Stored data
=======

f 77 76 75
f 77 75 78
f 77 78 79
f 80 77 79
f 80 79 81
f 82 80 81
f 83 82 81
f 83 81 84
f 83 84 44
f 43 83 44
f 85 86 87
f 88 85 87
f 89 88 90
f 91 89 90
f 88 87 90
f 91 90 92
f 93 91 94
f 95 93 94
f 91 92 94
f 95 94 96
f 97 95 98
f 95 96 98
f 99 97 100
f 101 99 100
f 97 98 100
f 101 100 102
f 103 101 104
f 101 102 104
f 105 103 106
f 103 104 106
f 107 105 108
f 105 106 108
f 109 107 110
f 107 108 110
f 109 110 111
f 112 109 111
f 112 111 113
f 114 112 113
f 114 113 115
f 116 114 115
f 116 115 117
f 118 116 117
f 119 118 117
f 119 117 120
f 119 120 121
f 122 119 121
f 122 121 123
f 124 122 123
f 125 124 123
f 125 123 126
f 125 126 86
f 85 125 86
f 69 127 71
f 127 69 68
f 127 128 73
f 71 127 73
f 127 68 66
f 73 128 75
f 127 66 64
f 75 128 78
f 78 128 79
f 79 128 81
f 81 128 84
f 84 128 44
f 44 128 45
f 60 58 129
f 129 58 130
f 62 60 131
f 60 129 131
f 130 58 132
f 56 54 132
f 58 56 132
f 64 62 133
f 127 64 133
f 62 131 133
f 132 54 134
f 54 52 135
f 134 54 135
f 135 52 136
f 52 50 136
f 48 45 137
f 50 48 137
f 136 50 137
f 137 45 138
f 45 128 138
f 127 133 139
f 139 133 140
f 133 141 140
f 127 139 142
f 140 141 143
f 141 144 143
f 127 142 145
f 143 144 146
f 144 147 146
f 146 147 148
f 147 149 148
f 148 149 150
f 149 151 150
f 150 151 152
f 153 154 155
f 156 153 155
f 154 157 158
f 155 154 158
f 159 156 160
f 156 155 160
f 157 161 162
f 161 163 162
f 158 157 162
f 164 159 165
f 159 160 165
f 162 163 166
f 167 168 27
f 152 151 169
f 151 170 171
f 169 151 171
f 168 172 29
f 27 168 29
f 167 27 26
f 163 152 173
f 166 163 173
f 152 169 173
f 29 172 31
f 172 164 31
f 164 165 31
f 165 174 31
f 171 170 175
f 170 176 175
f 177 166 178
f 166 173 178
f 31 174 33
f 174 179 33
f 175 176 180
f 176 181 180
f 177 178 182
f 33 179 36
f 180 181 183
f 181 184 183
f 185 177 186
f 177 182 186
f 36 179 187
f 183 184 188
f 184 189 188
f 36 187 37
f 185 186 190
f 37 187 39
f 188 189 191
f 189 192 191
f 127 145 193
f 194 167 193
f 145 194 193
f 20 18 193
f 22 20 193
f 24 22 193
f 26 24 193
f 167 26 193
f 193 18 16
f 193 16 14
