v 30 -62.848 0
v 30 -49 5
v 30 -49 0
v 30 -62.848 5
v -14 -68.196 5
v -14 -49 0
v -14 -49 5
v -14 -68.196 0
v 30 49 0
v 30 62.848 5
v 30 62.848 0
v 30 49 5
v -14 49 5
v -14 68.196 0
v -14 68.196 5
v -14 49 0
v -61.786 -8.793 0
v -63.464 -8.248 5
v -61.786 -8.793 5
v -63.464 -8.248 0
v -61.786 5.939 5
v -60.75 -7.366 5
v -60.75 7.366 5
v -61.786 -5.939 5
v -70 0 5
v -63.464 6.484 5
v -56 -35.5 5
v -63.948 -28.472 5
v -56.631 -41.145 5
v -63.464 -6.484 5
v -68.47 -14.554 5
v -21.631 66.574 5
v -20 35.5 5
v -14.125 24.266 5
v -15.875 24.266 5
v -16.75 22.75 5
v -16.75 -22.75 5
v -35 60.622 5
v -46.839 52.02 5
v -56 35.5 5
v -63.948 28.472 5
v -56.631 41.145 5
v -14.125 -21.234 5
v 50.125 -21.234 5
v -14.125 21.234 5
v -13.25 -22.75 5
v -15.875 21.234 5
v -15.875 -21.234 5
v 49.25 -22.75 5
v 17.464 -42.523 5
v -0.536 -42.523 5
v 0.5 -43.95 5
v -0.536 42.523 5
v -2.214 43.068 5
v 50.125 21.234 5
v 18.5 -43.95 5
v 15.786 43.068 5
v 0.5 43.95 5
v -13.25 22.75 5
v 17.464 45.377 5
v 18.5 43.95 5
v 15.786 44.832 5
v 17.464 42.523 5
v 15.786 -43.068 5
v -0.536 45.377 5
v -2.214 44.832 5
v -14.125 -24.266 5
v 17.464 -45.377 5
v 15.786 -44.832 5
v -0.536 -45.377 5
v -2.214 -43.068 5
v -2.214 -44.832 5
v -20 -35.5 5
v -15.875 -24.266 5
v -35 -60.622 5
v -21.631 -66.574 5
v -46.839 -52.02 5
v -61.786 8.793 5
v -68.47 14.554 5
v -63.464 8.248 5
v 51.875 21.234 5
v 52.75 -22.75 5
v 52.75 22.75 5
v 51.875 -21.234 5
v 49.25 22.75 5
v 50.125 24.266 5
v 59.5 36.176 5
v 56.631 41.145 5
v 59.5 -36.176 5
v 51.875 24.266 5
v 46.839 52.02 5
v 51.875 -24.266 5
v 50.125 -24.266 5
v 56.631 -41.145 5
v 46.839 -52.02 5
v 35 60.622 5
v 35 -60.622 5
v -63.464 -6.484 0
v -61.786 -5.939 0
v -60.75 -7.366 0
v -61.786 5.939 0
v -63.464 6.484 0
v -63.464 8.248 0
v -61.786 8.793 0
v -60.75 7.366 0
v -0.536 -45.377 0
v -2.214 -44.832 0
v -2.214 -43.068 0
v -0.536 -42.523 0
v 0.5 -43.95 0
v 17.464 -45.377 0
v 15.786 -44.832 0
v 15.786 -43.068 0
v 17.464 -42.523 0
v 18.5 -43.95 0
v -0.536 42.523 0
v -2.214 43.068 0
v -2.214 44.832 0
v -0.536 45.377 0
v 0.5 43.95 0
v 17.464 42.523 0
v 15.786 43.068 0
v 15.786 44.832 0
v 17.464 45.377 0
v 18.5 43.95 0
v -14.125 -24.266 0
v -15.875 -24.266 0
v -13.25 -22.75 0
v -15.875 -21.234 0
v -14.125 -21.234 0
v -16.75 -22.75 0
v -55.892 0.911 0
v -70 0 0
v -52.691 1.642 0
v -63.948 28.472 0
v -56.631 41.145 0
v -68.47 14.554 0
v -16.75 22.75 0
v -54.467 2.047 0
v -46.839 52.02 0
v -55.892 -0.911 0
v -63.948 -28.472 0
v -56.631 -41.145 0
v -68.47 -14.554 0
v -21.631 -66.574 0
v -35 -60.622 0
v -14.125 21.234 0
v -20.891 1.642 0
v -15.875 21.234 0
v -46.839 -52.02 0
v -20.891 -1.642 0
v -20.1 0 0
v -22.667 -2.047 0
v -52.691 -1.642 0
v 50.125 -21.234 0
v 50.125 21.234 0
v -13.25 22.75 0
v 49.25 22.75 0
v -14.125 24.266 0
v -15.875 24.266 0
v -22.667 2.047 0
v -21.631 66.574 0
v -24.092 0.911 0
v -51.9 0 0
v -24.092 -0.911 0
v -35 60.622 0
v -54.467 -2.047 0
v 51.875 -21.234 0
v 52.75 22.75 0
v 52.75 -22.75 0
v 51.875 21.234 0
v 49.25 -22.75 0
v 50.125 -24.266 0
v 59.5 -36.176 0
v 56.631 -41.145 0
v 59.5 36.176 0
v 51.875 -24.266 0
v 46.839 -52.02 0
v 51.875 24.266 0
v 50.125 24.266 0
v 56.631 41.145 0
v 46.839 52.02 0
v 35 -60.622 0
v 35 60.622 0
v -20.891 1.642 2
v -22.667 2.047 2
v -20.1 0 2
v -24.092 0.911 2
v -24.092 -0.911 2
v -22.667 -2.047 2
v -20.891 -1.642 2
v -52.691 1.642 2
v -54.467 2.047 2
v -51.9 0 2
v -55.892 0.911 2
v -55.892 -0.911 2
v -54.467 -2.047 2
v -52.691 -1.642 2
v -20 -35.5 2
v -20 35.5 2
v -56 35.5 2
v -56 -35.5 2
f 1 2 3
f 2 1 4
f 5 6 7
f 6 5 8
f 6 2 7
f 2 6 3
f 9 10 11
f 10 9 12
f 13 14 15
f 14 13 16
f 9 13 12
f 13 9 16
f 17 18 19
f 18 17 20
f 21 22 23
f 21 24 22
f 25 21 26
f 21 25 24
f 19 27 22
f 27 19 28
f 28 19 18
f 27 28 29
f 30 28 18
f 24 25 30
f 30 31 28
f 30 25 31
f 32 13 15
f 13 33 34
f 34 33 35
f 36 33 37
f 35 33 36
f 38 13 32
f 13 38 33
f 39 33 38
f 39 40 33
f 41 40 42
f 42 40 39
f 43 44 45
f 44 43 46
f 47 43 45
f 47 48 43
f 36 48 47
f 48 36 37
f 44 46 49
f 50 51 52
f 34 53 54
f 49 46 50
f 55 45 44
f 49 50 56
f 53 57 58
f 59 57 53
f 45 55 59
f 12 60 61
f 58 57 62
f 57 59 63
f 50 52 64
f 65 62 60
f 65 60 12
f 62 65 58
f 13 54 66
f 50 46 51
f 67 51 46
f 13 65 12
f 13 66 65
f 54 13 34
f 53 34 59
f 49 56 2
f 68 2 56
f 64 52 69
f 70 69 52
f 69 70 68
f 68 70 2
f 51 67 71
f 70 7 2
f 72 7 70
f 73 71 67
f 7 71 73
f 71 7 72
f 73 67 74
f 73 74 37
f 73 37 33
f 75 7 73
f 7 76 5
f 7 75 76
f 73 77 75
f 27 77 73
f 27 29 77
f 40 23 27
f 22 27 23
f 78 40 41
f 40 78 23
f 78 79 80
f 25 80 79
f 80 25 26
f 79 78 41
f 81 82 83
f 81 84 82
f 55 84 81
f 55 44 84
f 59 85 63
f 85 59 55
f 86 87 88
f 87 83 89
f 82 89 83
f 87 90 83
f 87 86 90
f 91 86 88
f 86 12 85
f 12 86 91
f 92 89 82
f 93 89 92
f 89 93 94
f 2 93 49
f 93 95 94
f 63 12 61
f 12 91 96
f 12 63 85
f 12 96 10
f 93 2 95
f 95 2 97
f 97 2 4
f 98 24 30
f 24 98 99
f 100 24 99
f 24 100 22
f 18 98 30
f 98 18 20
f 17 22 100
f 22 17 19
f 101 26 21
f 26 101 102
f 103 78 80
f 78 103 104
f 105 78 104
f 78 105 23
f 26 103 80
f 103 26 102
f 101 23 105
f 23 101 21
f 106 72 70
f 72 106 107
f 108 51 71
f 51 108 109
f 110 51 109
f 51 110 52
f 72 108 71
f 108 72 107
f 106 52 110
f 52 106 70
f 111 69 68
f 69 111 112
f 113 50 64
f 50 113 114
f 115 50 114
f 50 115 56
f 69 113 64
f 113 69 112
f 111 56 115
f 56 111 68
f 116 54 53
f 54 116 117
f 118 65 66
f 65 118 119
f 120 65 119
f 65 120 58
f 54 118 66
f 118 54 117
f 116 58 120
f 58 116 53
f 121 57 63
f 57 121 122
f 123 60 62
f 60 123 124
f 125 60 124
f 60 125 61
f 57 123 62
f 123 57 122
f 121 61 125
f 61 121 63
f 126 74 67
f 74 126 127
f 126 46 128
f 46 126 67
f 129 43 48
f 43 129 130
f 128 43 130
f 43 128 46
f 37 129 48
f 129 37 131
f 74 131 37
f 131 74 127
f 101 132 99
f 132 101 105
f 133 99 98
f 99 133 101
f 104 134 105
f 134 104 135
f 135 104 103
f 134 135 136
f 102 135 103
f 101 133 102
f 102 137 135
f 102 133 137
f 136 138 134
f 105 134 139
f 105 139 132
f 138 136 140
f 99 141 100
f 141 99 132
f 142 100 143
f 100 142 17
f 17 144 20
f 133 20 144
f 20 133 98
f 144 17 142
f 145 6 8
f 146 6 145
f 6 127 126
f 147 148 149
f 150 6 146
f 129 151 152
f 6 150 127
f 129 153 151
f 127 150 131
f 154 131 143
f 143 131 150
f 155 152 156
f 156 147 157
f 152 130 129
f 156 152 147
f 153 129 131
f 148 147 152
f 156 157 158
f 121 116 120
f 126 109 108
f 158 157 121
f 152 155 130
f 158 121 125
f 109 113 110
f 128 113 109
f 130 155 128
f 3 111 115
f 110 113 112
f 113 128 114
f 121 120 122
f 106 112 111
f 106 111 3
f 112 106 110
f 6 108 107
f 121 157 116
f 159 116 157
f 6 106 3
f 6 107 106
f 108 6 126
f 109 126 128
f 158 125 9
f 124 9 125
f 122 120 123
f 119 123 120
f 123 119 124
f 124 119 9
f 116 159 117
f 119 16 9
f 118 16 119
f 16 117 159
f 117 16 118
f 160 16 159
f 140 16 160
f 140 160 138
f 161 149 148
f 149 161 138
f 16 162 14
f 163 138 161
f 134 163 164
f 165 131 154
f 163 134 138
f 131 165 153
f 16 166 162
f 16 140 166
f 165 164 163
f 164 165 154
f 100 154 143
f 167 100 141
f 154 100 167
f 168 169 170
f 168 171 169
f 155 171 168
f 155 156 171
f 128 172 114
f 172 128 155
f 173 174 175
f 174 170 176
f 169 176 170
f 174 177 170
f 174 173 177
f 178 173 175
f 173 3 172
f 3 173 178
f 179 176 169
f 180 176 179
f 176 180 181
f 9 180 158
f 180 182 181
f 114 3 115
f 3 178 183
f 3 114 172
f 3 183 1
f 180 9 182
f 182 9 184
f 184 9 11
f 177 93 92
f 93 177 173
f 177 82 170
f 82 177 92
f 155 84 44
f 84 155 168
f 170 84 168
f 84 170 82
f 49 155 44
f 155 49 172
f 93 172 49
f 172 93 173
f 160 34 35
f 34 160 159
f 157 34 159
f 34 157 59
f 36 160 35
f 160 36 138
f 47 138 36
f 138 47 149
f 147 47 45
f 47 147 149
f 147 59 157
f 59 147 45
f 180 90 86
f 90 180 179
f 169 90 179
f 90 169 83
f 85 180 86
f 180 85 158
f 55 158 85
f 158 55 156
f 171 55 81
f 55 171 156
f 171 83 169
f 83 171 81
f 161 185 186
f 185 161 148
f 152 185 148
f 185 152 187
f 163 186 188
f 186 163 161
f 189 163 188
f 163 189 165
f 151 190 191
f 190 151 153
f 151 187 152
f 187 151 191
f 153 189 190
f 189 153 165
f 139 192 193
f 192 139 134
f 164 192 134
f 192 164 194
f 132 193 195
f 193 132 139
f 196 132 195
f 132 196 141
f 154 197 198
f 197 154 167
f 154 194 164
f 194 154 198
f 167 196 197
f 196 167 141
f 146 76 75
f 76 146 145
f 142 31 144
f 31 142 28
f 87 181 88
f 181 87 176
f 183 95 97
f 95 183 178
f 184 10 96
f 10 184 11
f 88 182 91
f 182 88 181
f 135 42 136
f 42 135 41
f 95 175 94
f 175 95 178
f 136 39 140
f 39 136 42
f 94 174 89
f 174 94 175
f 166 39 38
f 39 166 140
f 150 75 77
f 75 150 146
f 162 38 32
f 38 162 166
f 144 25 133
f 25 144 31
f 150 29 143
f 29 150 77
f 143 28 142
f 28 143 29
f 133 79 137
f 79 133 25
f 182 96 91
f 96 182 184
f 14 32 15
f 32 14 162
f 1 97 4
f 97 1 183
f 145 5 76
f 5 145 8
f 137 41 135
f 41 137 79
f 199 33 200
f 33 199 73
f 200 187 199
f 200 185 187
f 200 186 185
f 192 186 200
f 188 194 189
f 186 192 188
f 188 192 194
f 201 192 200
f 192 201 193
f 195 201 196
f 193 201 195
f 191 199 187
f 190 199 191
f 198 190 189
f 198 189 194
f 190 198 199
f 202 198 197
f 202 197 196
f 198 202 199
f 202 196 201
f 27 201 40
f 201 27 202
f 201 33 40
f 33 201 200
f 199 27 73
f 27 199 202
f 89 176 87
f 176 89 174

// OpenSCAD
/*
###########################
# 2014 Micromouse Chassis #
###########################
Author: Darrel Weng

Chassis for 2014 IEEE micromouse competition.
Team: Darrel, Sunil, Ryan, Ethan

Numbers are in units of mm, but unit_scale variable allows
the unit to change.

**********************************************
*** MAKERWARE ASSUMES STL VALUES ARE IN mm ***
**********************************************

*/

// ALL UNITS IN mm
unit_scale 		= 		1;
//================================================================================
// Chassis Parameters
chassis_rad		= 		70*unit_scale;
chassis_height 	= 		5*unit_scale;
battery_dep 		= 		3*unit_scale;
battery_len 		= 		71*unit_scale;
battery_width 	= 		36*unit_scale;
pcb_len 			= 		69.5*unit_scale;
pcb_width 		= 		50.7*unit_scale;
tire_width 		= 		44*unit_scale;
tire_thick 		= 		21*unit_scale;
tire_offset 		= 		8*unit_scale;
screw1_rad		=		(3.0/2)*unit_scale;
screw2_rad		=		(3.5/2)*unit_scale;
ziptie_rad 		=		2.1*unit_scale;
// note that motor & caster measurements are maximum measurements, 
// and only measurements of the part that will on on the chassis
motor_width		=		26.6*unit_scale;
motor_height		=		13.35*unit_scale;
motor_len		=		16.33*unit_scale;
caster_width		=		15.5*unit_scale;
caster_len		=		20.32*unit_scale;
caster_height	=		13.9*unit_scale;
// need motor holes, caster holes, pcb holes; offsets are wrt origin
caster_offset	=		7.366*unit_scale;
motor_offset		=		9*unit_scale;
motor2_offset	=		(8.5*unit_scale)/2;
pcb_xoffset		=		(66*unit_scale)/2;
pcb_yoffset		=		(45.5*unit_scale)/2;
//================================================================================
// Translation Parameters
battery_trans 	= 		[-1*(chassis_rad/2)-(3*unit_scale),0,(battery_dep/2)+(chassis_height-battery_dep)];
cutoff_trans 	= 		[chassis_rad+(7*unit_scale),0,0];
pcbdummy_trans 	= 		[(chassis_rad/2)-(17*unit_scale),0,7*battery_dep];
castdummy_trans	=		[-1*(chassis_rad-(caster_width/2)),0,-1*caster_height/2];
//================================================================================
// Dummy Shapes (comment out for .stl file)
//
//// pcb dummy
//color("blue")
//translate(pcbdummy_trans) 
//cube(size=[pcb_len,pcb_width,battery_dep],center=true);
//
//// motor dummy
//for (i=[0:1]) {
//	color("blue")
//	translate([tire_offset,((i-.5)/abs(i-.5))*(chassis_rad-tire_thick-(motor_len/2)),chassis_height+(motor_height/2)])
//	cube(size=[motor_width,motor_len,motor_height],center=true);
//}
//
//// caster dummy
//color("blue") 
//translate(castdummy_trans)
//cube(size=[caster_width,caster_len,caster_height],center=true);
//================================================================================

// Chassis

difference() {
	// main body
	cylinder(h=chassis_height,r=chassis_rad);
	// battery depression
	translate(battery_trans) 
	cube(size=[battery_width,battery_len,battery_dep],center=true);
	// cut off end
	translate(cutoff_trans) 
	cube(size=[chassis_rad/2,chassis_rad*2,chassis_height*2],center=true);
	// wheel cutouts
	for(i=[0:1]) {
		translate([tire_offset,((i-.5)/abs(i-.5))*(chassis_rad-(tire_thick/2)),chassis_height/2]) 
		cube(size=[tire_width,tire_thick,tire_width],center=true);
	}
	// caster screws
	for (i=[0:1]) {
		translate([-1*((chassis_rad)-(caster_width/2)),((i-.5)/abs(i-.5))*caster_offset,-1*chassis_height])
		cylinder(h=chassis_height*2,r=screw1_rad);
	}
	// motor screws
	for (i=[0:1]){
		for (j=[0:1]) {
			translate([((j-.5)/abs(j-.5))*(motor_offset)+tire_offset,((i-.5)/abs(i-.5))*(chassis_rad-tire_thick-(screw1_rad)-(motor2_offset-screw1_rad)-0.8*unit_scale),-1*chassis_height/2])
			cylinder(h=chassis_height*2,r=screw1_rad);
		}
	}
	// pcb screws
	for (i=[0:1]) {
		for (j=[0:1]) {
			translate([((j-.5)/abs(j-.5))*(pcb_xoffset)+pcbdummy_trans[0],((i-.5)/abs(i-.5))*(pcb_yoffset),0])
			cylinder(h=chassis_height*5,r=screw2_rad);
		}
	}
	// ziptie holes
	for (i=[0:1]) {
		translate([-1*(battery_width/2 + 2*ziptie_rad + (battery_width-2*ziptie_rad)*i),0,0])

=======

* **ABOUT THIS TASK**: In the entries above, find the line holding "v -15.875 24.266 5" and the line holding "v -14.125 -24.266 5"; print both of them and every line between, exactly, and nothing else.

* **ANSWER**:
v -15.875 24.266 5
v -16.75 22.75 5
v -16.75 -22.75 5
v -35 60.622 5
v -46.839 52.02 5
v -56 35.5 5
v -63.948 28.472 5
v -56.631 41.145 5
v -14.125 -21.234 5
v 50.125 -21.234 5
v -14.125 21.234 5
v -13.25 -22.75 5
v -15.875 21.234 5
v -15.875 -21.234 5
v 49.25 -22.75 5
v 17.464 -42.523 5
v -0.536 -42.523 5
v 0.5 -43.95 5
v -0.536 42.523 5
v -2.214 43.068 5
v 50.125 21.234 5
v 18.5 -43.95 5
v 15.786 43.068 5
v 0.5 43.95 5
v -13.25 22.75 5
v 17.464 45.377 5
v 18.5 43.95 5
v 15.786 44.832 5
v 17.464 42.523 5
v 15.786 -43.068 5
v -0.536 45.377 5
v -2.214 44.832 5
v -14.125 -24.266 5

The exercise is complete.